|By Steven Spinola
President, Real Estate Board of New York.
The Real Estate Board of New York recently analyzed new housing permit data for all types of housing (multi-family housing and single family homes) from the U.S. Census over the last several decades (1960-2000).
Based on our analysis of these housing permit numbers, New York City new residential construction is moving at a pace that would make (2010-2019) one of the worst decades for new housing over the last 60 years.
The first two years in the current decade, the city issued new housing permits for only 15,663 units. At this pace, the decade total will be 78,315 new housing units, the lowest decade total since the 1990s.
From 2000-2009, we saw a boom in new housing construction and NYC issued permits for 231,228 new housing units. This is the second highest total in the last 50 years.
The 1960’s saw NYC issue permits for 368,700 new housing units, 60 percent more than the total for the 2000s. While from the 1970s through the 1990s, permits for new housing units declined steadily and dramatically to a decade low in the 1990s of 70,204 units.
There is a lot of risk in estimating what will happen to new housing production based on just two years of actual data. However, there is nothing on the horizon--such as easy access to capital for new projects--that suggests a bump up in housing creation any time soon.
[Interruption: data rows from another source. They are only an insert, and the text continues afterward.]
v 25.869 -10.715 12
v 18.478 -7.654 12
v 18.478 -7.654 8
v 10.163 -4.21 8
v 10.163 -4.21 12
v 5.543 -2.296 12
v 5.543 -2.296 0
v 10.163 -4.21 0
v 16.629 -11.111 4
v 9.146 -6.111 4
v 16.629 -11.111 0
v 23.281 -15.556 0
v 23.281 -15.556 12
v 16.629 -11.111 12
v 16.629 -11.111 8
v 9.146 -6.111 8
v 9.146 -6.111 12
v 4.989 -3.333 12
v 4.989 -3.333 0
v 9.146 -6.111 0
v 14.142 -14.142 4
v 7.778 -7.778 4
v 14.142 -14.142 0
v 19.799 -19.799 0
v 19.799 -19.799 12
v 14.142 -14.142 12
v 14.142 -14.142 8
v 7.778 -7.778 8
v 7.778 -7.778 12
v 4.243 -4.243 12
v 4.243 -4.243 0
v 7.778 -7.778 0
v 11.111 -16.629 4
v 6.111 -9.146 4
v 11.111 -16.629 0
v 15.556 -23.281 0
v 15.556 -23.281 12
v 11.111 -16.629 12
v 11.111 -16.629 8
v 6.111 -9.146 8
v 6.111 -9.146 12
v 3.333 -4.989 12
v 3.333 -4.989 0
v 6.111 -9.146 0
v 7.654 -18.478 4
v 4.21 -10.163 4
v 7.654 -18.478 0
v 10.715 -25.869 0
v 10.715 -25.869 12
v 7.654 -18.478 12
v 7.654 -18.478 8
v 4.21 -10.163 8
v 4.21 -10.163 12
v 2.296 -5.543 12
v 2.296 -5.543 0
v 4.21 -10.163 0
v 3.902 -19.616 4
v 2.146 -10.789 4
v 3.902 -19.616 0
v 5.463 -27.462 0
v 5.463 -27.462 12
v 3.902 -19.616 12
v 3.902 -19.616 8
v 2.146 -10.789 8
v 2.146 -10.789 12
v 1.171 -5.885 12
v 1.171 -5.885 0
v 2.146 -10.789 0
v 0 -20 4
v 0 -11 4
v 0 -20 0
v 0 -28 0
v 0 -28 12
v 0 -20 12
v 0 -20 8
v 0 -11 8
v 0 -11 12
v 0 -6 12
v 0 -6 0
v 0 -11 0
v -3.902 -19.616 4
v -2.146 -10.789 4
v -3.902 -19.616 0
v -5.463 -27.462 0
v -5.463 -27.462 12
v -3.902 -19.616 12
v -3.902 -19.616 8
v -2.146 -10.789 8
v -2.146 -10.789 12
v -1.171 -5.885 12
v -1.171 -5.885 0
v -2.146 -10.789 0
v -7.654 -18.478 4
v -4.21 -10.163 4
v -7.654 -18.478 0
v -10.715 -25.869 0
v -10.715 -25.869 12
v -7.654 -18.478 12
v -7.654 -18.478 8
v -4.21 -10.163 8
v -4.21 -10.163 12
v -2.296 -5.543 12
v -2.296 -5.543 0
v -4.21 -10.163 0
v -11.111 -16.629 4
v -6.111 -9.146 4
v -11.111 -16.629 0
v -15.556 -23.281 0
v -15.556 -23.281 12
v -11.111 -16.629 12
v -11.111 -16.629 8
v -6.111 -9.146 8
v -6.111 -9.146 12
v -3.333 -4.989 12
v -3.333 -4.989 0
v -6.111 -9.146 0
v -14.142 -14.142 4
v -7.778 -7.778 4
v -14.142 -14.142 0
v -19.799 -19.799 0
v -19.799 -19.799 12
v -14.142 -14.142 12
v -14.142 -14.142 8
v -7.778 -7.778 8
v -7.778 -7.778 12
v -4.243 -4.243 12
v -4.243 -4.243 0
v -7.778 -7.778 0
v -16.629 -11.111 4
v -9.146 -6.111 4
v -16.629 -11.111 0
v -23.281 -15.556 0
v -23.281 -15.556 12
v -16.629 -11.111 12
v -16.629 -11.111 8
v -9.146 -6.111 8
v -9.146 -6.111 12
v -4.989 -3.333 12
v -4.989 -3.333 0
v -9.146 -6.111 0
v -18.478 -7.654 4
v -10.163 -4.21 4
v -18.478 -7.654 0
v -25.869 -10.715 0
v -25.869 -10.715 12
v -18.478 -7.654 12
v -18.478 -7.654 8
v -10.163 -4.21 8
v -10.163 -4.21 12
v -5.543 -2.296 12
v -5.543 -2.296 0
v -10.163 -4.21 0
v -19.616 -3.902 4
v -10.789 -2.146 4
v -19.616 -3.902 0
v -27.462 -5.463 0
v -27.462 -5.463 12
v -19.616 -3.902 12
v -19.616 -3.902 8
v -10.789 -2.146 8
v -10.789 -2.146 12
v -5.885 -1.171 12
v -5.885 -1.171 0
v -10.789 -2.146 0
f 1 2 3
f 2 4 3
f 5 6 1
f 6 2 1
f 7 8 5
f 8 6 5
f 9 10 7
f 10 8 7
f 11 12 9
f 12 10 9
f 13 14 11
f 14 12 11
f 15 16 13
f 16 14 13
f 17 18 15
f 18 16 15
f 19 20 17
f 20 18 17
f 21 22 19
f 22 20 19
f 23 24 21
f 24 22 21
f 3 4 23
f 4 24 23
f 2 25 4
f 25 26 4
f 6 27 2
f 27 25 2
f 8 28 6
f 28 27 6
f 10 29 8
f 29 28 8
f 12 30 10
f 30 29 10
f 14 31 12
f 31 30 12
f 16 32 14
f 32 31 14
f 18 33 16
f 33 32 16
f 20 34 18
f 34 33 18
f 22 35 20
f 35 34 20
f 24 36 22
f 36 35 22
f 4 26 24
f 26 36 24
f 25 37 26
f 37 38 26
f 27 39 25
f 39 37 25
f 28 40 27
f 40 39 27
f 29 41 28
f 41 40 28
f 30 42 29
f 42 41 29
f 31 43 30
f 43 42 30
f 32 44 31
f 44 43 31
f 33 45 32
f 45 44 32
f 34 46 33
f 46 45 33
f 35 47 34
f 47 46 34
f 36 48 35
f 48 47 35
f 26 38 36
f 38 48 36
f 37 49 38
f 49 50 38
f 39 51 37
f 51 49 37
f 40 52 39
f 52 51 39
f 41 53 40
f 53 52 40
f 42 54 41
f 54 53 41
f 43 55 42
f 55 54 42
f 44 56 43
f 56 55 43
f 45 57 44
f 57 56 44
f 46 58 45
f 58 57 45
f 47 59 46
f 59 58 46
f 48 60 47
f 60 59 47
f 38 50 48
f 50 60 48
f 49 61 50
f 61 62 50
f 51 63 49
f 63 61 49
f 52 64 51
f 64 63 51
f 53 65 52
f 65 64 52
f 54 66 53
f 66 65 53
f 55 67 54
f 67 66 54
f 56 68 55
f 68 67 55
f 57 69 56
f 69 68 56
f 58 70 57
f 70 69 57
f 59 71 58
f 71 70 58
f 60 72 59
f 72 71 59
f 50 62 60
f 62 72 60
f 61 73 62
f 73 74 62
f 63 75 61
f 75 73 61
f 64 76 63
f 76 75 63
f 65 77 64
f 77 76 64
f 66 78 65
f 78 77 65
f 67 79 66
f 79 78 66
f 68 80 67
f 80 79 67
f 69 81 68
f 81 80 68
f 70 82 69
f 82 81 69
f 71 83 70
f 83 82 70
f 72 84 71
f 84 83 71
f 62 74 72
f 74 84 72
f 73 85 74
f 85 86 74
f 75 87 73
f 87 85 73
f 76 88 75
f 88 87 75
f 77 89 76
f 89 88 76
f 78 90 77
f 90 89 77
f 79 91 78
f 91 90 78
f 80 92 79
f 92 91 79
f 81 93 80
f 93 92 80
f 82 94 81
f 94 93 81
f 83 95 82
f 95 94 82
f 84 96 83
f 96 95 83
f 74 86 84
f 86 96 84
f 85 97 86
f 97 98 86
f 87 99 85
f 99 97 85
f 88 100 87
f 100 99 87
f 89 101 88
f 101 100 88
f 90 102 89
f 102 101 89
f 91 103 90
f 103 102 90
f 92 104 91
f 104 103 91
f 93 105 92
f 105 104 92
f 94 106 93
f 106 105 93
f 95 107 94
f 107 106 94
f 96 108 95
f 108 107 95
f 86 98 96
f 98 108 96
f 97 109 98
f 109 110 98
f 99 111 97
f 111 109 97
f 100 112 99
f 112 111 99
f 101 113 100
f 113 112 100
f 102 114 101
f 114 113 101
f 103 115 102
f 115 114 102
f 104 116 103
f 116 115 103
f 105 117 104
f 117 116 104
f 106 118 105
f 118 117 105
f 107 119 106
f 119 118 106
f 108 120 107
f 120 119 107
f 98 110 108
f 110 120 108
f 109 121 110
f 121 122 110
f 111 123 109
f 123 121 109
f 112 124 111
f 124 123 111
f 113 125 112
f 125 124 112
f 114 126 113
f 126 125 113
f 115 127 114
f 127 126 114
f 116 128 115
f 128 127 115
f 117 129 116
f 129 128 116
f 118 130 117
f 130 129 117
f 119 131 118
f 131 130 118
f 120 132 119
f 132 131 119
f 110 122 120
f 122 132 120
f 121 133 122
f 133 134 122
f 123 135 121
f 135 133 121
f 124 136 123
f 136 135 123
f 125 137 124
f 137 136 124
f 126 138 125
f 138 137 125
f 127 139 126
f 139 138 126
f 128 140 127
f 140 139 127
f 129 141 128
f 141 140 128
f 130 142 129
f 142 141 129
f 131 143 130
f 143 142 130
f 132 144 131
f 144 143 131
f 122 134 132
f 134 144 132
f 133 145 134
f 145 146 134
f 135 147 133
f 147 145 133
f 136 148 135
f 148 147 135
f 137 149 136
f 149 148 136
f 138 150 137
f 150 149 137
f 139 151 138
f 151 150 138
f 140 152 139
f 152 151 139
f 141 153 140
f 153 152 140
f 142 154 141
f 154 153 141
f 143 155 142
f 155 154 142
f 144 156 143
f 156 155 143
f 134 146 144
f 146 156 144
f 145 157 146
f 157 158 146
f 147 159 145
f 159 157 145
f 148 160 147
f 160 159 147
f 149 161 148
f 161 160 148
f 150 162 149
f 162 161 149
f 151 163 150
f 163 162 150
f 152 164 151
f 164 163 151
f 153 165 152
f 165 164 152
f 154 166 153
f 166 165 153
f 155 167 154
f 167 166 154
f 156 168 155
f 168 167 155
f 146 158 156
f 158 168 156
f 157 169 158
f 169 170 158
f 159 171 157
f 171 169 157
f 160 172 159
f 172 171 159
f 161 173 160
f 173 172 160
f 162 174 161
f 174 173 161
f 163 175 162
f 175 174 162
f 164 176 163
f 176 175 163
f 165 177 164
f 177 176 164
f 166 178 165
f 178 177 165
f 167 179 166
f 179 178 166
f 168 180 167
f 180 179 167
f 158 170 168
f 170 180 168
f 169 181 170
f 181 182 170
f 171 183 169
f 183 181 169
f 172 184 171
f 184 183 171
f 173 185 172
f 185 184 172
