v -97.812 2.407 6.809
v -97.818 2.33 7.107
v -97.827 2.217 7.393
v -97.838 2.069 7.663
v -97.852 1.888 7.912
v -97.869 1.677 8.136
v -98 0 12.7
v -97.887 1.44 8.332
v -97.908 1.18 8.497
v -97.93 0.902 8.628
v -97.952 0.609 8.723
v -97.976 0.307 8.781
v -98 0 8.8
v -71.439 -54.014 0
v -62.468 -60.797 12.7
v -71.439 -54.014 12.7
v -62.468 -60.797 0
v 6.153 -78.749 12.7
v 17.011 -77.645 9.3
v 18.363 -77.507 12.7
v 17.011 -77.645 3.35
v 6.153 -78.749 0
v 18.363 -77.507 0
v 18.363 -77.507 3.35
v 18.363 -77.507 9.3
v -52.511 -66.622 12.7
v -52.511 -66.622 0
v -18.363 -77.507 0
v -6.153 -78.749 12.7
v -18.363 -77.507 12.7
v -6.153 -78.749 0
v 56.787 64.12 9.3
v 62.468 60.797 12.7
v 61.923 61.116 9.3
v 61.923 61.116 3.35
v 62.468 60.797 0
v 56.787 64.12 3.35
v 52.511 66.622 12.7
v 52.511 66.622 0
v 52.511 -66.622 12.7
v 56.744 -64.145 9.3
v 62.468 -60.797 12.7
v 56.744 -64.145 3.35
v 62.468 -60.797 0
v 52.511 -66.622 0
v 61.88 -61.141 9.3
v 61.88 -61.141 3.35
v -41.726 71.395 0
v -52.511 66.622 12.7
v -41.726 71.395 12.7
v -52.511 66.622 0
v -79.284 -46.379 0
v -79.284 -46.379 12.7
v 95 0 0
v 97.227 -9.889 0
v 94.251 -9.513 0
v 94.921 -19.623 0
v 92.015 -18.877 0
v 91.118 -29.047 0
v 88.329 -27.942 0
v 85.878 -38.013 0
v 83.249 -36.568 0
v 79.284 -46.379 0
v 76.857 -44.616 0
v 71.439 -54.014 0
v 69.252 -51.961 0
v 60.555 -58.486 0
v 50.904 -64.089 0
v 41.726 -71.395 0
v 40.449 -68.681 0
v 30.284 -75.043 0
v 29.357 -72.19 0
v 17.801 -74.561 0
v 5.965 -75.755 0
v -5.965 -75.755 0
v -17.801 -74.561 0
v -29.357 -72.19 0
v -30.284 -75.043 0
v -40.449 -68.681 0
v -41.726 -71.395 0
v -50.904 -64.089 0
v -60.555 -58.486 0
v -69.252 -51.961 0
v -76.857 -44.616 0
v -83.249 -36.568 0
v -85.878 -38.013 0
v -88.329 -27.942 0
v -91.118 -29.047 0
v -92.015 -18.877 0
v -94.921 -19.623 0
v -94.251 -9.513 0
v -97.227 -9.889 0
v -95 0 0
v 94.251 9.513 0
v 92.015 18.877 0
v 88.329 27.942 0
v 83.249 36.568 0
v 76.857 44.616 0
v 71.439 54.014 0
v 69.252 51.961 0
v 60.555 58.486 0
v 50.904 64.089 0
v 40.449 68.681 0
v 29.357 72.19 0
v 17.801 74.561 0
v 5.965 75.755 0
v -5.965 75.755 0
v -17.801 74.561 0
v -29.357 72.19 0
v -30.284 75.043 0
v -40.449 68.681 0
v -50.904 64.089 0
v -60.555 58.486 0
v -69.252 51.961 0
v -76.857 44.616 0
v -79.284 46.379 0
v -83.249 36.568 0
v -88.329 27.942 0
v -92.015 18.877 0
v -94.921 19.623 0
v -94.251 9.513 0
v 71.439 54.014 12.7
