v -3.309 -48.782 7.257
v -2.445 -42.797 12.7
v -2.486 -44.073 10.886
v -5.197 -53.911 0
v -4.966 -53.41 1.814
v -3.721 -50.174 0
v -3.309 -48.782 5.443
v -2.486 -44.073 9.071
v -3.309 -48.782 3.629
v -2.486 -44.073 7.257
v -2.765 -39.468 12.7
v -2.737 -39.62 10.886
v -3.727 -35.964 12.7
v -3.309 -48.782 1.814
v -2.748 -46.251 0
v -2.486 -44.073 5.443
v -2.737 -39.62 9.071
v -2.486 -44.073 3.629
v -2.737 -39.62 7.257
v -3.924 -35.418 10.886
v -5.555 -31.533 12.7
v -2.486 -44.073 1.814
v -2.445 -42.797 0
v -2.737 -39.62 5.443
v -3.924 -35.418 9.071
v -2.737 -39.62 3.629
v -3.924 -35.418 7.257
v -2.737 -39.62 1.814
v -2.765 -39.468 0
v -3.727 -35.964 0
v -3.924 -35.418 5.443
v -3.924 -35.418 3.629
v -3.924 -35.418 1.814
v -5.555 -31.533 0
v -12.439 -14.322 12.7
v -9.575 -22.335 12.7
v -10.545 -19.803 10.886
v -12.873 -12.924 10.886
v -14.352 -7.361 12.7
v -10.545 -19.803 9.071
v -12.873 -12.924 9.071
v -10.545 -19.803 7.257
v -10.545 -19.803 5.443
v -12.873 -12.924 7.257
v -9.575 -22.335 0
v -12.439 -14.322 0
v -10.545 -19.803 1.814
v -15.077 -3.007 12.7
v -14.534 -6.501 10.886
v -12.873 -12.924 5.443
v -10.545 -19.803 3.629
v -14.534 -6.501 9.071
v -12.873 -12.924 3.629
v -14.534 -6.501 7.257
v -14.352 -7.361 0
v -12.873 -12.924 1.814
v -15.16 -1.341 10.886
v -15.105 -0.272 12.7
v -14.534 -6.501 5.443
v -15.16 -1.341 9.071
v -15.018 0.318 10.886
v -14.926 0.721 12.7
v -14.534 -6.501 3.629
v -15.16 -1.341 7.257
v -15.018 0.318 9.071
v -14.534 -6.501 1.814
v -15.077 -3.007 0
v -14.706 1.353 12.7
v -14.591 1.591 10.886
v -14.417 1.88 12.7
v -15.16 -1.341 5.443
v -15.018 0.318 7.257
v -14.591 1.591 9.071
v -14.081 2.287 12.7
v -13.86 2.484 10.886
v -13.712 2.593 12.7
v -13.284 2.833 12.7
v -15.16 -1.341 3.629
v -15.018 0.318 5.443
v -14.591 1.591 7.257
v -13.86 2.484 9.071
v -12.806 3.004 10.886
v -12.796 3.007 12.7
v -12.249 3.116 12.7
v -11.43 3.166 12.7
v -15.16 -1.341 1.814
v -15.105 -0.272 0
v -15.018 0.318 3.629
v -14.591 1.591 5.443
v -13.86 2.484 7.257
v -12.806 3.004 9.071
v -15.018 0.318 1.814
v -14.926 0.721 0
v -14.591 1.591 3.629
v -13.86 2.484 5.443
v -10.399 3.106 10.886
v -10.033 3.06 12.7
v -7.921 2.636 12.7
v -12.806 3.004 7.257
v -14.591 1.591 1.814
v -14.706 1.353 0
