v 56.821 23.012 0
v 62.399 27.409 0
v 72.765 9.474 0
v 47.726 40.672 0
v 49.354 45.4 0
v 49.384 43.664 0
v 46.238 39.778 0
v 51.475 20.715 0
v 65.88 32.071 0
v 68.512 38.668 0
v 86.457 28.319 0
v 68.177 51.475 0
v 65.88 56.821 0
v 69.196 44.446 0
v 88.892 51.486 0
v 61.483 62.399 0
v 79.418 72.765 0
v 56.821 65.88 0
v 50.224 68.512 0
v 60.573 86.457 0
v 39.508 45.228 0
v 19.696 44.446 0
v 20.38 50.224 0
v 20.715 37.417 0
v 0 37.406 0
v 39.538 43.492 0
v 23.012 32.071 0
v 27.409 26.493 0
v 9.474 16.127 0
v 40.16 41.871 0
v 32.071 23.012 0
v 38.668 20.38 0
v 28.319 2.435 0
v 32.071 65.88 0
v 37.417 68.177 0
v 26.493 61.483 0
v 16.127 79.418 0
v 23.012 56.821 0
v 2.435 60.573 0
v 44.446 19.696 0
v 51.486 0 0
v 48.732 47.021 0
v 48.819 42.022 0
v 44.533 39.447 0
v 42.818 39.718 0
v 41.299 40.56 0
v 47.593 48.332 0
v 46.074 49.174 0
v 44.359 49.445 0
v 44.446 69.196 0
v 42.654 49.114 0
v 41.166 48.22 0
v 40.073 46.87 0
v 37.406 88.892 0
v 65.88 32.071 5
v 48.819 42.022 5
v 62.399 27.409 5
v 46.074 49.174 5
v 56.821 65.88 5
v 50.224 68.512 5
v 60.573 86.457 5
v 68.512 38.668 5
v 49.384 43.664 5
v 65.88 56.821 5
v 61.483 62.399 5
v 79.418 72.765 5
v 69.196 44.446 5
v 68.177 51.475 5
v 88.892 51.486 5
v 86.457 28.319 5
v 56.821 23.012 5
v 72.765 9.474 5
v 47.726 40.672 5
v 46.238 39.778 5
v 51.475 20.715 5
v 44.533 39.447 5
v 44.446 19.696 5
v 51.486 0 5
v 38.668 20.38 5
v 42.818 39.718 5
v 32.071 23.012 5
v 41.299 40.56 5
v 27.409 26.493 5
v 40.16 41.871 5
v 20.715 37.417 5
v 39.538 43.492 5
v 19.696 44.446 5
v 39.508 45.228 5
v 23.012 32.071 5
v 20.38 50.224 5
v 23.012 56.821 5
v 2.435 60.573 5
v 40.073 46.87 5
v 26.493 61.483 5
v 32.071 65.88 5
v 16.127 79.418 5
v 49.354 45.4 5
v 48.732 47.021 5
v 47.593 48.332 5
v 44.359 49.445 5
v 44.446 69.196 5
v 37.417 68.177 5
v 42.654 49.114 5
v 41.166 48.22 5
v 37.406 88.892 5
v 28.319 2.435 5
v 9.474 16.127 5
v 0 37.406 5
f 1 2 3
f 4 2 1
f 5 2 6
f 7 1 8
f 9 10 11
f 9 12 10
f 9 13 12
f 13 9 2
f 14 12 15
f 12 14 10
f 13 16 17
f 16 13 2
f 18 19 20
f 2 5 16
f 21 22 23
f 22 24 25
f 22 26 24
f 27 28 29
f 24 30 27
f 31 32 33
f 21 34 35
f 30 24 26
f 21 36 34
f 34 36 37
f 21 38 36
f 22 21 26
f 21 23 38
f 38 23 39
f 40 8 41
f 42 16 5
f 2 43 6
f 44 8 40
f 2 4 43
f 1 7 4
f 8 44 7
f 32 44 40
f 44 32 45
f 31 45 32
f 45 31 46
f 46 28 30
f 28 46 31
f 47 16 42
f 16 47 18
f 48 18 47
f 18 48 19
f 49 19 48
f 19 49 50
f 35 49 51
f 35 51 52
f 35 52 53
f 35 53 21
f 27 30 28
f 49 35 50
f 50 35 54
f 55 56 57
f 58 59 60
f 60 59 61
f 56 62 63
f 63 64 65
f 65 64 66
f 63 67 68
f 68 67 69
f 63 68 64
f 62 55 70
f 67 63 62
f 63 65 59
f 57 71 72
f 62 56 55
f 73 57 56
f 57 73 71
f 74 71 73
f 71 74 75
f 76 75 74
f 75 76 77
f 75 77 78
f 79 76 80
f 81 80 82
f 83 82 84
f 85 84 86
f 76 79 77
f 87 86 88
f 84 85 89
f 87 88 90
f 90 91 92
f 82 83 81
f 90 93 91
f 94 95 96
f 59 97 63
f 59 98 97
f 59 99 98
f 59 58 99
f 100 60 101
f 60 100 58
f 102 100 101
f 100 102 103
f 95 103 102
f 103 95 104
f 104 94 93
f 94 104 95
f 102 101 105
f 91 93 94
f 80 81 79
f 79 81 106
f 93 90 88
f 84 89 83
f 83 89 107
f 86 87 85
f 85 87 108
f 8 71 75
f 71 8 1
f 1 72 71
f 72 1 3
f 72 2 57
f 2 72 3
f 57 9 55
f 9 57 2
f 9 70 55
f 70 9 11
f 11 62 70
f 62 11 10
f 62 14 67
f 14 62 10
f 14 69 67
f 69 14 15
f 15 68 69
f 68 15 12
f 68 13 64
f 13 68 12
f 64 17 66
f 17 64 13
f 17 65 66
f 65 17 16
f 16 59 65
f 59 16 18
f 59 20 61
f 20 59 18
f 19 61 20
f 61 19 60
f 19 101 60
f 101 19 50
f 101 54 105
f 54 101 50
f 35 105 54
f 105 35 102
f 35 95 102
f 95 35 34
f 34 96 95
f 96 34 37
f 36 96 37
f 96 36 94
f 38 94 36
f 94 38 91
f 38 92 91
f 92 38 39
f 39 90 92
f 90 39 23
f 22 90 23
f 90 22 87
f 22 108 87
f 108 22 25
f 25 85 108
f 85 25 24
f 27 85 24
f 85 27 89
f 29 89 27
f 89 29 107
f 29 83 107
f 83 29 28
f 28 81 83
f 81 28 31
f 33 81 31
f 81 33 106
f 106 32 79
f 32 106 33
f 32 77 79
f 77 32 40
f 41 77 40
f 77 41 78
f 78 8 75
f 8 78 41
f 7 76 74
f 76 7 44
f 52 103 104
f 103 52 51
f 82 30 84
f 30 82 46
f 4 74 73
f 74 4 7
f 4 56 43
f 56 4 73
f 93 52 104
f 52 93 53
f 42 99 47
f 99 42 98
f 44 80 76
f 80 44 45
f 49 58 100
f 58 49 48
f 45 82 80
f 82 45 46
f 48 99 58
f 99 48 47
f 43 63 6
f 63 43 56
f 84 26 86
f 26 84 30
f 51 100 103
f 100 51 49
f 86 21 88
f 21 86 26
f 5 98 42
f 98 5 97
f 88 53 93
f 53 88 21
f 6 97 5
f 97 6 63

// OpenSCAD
$fn = 32;

// ----------------------------------------------------------------------
// Star wheel: 12-point ratchet, R45
// ----------------------------------------------------------------------

// --- parameters (mm) ---
n_points = 12;            // number of points / teeth
r_out = 45;               // tip radius
r_in = 24.75;             // root radius
bore_r = 5;               // centre bore radius
plate_t = 5;              // plate thickness, Z (extrusion height)
bore_d = 10;              // centre bore diameter

profile = [[69.196, 44.446], [88.892, 51.486], [68.177, 51.475], [65.88, 56.821], [79.418, 72.765], [61.483, 62.399], [56.821, 65.88], [60.573, 86.457], [50.224, 68.512], [44.446, 69.196], [37.406, 88.892], [37.417, 68.177], [32.071, 65.88], [16.127, 79.418], [26.493, 61.483], [23.012, 56.821], [2.435, 60.573], [20.38, 50.224], [19.696, 44.446], [0, 37.406], [20.715, 37.417], [23.012, 32.071], [9.474, 16.127], [27.409, 26.493], [32.071, 23.012], [28.319, 2.435], [38.668, 20.38], [44.446, 19.696], [51.486, 0], [51.475, 20.715], [56.821, 23.012], [72.765, 9.474], [62.399, 27.409], [65.88, 32.071], [86.457, 28.319], [68.512, 38.668]];  // primary outline, 36 points, counter clockwise
void_1 = [[49.354, 45.4], [48.732, 47.021], [47.593, 48.332], [46.074, 49.174], [44.359, 49.445], [42.654, 49.114], [41.166, 48.22], [40.073, 46.87], [39.508, 45.228], [39.538, 43.492], [40.16, 41.871], [41.299, 40.56], [42.818, 39.718], [44.533, 39.447], [46.238, 39.778], [47.726, 40.672], [48.819, 42.022], [49.384, 43.664]];  // centre bore, 18 points

// --- the one profile operation ---
difference() {
  linear_extrude(height = plate_t) polygon(points = profile);
  translate([0, 0, -1])
    linear_extrude(height = plate_t + 2) polygon(points = void_1);
}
In addition, high construction costs and the dramatic curtailment of tax exemption programs are likely to constrain new housing development.
There are some factors that could produce a more favorable future for housing construction than suggested by the low number of new housing permits. New York continues to see its population grow; we are continuing to produce new jobs at a pace that is better than most of major cities around the country.
The pick-up in sales activity at the very high end of the market suggests that New York is a safe and attractive investment for high-income households. Also, the steady increase in rent for market rate units and the lack of inventory in the residential sales market should be a catalyst for new housing starts at a pace greater than what we have witnessed so far.